--- WHAT THE TASK ASKS ---
Two lines below mark the span: the one containing "v 30 4.883 10.424" and the one containing "v 0 -7.462 10.89". Set down both, plus every line between, exactly as they stand, and nothing else.

--- Stored data entries ---
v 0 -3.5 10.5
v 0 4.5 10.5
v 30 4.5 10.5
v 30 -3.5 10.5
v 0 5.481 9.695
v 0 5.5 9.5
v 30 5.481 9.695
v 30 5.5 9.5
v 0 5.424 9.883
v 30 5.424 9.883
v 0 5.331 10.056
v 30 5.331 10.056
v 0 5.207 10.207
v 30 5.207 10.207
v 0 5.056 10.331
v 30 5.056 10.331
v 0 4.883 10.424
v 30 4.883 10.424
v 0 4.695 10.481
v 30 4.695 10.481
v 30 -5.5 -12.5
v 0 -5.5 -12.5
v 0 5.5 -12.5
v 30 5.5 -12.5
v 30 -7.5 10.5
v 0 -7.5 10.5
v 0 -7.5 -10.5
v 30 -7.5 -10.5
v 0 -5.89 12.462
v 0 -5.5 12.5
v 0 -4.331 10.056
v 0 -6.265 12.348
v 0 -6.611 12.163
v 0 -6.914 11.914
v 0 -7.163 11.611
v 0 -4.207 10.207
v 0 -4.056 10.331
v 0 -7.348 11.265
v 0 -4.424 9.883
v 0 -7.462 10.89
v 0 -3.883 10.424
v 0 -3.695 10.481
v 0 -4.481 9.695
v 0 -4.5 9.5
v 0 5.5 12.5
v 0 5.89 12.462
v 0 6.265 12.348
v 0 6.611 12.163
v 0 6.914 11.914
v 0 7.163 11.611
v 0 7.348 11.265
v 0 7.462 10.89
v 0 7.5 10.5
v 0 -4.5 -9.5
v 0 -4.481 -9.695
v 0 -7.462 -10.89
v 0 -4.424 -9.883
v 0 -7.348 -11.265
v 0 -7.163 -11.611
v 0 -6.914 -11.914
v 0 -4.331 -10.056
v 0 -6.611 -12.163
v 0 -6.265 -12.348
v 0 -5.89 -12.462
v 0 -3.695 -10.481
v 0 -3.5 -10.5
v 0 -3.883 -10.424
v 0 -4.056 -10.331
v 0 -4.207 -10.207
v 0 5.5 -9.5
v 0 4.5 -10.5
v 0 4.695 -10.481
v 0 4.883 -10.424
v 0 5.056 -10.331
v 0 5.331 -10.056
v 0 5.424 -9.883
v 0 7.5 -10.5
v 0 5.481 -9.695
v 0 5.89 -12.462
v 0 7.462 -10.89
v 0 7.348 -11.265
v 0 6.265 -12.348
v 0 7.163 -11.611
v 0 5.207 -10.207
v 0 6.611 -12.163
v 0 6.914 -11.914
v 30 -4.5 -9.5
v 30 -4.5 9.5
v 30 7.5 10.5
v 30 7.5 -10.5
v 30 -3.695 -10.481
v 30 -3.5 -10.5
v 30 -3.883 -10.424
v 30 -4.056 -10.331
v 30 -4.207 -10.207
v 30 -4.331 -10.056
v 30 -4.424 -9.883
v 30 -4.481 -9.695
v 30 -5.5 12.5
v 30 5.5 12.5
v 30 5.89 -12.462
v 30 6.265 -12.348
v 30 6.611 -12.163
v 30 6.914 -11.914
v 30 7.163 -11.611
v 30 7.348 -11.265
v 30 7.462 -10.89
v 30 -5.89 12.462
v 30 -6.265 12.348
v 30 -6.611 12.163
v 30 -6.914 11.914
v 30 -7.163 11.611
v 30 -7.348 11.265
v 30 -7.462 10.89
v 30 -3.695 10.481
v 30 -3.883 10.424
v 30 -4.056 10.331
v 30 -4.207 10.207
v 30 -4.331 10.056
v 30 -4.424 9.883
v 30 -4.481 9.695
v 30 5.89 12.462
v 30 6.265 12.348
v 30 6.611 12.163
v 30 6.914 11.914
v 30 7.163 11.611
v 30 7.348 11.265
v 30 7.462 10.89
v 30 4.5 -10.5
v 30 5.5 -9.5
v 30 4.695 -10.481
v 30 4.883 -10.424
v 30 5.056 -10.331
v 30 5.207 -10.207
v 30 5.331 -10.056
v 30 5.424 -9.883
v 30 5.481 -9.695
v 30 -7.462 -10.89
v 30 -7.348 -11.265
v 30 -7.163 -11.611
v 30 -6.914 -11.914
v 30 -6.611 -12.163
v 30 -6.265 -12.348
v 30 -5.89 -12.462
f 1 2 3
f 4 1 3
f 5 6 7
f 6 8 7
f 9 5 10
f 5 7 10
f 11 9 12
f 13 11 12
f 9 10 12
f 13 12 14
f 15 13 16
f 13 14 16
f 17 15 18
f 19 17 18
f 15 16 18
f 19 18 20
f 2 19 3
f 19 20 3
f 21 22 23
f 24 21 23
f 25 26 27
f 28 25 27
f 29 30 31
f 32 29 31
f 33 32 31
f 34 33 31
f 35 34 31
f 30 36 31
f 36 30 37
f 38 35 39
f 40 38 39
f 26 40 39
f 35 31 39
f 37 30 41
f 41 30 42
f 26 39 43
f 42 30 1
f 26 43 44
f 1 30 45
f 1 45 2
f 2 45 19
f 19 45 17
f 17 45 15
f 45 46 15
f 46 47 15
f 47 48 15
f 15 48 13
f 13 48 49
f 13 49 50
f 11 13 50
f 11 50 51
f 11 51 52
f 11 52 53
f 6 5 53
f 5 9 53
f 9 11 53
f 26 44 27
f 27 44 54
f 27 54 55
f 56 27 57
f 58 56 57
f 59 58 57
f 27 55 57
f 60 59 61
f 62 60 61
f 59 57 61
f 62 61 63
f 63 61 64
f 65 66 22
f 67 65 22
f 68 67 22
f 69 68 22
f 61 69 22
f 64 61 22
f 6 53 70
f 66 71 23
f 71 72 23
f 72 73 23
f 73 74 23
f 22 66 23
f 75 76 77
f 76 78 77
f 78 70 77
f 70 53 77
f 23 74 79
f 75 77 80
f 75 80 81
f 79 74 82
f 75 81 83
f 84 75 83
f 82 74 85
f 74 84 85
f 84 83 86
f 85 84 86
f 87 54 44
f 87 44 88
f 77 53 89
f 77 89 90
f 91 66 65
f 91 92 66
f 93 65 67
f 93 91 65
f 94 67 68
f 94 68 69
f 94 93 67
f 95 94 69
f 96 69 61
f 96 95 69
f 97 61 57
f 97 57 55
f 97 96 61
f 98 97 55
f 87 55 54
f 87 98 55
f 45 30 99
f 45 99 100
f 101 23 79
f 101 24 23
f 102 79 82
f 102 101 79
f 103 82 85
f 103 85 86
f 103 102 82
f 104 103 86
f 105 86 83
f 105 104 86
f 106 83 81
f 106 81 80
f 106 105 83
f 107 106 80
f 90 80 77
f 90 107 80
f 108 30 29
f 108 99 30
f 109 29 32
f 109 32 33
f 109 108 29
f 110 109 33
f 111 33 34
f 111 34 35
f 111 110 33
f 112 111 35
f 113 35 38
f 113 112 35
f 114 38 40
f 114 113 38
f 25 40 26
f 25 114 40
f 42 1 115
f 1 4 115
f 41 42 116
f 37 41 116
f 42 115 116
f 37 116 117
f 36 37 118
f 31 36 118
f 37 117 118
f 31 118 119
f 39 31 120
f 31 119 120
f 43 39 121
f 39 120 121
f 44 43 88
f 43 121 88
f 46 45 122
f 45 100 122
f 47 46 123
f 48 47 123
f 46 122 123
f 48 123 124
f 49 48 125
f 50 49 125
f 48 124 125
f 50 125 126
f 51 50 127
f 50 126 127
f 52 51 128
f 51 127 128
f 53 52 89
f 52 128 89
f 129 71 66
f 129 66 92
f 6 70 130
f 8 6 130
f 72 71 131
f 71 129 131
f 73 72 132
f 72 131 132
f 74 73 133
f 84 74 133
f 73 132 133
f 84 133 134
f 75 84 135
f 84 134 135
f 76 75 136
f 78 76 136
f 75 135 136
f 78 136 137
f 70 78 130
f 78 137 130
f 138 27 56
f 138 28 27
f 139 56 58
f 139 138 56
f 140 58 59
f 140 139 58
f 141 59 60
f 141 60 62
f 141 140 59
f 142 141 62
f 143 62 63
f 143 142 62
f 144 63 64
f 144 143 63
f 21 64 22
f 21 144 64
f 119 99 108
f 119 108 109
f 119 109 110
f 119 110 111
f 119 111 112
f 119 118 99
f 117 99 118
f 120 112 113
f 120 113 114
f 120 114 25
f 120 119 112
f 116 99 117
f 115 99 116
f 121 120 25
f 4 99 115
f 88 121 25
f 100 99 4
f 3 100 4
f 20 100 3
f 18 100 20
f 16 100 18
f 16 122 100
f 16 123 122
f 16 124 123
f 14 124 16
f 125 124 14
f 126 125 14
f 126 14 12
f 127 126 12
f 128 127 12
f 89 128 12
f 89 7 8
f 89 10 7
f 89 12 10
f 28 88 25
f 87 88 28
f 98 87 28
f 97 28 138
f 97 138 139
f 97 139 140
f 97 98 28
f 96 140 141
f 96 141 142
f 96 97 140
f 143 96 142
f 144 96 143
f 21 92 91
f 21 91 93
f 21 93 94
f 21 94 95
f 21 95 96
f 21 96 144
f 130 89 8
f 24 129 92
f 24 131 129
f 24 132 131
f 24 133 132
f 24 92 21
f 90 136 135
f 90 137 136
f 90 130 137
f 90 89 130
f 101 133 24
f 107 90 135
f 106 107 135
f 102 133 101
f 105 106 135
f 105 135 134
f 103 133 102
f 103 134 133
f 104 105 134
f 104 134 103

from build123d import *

# Parameters (mm, degrees)
SKETCH1_W           = 25
SKETCH1_H           = 15
BOSS_EXTRUDE1_DEPTH = 30
FILLET1_R           = 2
SHELL1_START        = -10.5
SHELL1_OUTLINE_W    = 30
SHELL1_OUTLINE_H    = 10
SHELL1_DEPTH        = 21
FILLET3_R           = 1


# Read off the part's stored shape, not the designer's step: Shell1
with BuildPart() as part:
    # Sketch1 → Boss-Extrude1 (new body)
    with BuildSketch(Plane(origin=(0, 0, 0), x_dir=(0, 0, -1), z_dir=(1, 0, 0))):
        Rectangle(SKETCH1_W, SKETCH1_H)
    extrude(amount=BOSS_EXTRUDE1_DEPTH)

    # Fillet1
    fillet1_edges = [part.edges().sort_by_distance(p)[0] for p in [
        (15, -7.5, -12.5),
        (15, -7.5, 12.5),
        (15, 7.5, 12.5),
        (15, 7.5, -12.5),
    ]]
    fillet(fillet1_edges, radius=FILLET1_R)

    # Shell1 outline → Shell1 (cut)
    with BuildSketch(Plane.XY.offset(SHELL1_START)):
        with Locations((15, 0.5)):
            Rectangle(SHELL1_OUTLINE_W, SHELL1_OUTLINE_H)
    extrude(amount=SHELL1_DEPTH, mode=Mode.SUBTRACT)

    # Fillet3
    fillet3_edges = [part.edges().sort_by_distance(p)[0] for p in [
        (15, 5.5, -10.5),
        (15, 5.5, 10.5),
        (15, -4.5, 10.5),
        (15, -4.5, -10.5),
    ]]
    fillet(fillet3_edges, radius=FILLET3_R)


solid = part.part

--- RESPONSE ---
v 30 4.883 10.424
v 0 4.695 10.481
v 30 4.695 10.481
v 30 -5.5 -12.5
v 0 -5.5 -12.5
v 0 5.5 -12.5
v 30 5.5 -12.5
v 30 -7.5 10.5
v 0 -7.5 10.5
v 0 -7.5 -10.5
v 30 -7.5 -10.5
v 0 -5.89 12.462
v 0 -5.5 12.5
v 0 -4.331 10.056
v 0 -6.265 12.348
v 0 -6.611 12.163
v 0 -6.914 11.914
v 0 -7.163 11.611
v 0 -4.207 10.207
v 0 -4.056 10.331
v 0 -7.348 11.265
v 0 -4.424 9.883
v 0 -7.462 10.89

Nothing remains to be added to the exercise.